The stretch wanted below opens at the line containing "f 236 238 621" and closes at the line containing "f 74 72 631". Please return it exactly, with no other lines.

SOURCE DATA Block Start

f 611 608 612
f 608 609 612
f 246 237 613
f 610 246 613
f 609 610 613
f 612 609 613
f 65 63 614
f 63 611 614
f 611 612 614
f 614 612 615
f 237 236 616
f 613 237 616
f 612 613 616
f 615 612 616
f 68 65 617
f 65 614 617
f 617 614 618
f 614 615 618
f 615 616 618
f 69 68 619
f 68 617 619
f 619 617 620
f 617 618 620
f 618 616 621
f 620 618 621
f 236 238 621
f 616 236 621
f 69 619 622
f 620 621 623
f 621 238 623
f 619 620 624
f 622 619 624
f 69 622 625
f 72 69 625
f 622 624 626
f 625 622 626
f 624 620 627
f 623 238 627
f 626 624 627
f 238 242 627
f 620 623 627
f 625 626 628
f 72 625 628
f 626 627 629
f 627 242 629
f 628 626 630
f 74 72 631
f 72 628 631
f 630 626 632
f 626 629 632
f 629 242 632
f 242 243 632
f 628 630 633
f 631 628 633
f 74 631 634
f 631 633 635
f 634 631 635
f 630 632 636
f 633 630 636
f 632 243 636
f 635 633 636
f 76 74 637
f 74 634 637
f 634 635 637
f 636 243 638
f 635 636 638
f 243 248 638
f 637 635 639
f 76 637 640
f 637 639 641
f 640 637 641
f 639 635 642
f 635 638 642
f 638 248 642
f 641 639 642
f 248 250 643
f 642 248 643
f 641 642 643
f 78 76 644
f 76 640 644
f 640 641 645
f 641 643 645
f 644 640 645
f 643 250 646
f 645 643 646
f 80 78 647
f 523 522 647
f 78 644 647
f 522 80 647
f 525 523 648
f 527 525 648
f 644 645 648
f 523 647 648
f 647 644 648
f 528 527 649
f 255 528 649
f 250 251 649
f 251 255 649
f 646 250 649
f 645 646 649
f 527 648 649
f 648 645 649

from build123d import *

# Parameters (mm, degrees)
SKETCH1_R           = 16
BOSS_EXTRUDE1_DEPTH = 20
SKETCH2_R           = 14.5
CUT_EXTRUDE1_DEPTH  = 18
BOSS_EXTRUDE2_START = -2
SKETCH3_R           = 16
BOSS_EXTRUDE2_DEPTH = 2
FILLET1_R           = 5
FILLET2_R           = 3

SOURCE DATA Block End

> SOLUTION BELOW
f 236 238 621
f 616 236 621
f 69 619 622
f 620 621 623
f 621 238 623
f 619 620 624
f 622 619 624
f 69 622 625
f 72 69 625
f 622 624 626
f 625 622 626
f 624 620 627
f 623 238 627
f 626 624 627
f 238 242 627
f 620 623 627
f 625 626 628
f 72 625 628
f 626 627 629
f 627 242 629
f 628 626 630
f 74 72 631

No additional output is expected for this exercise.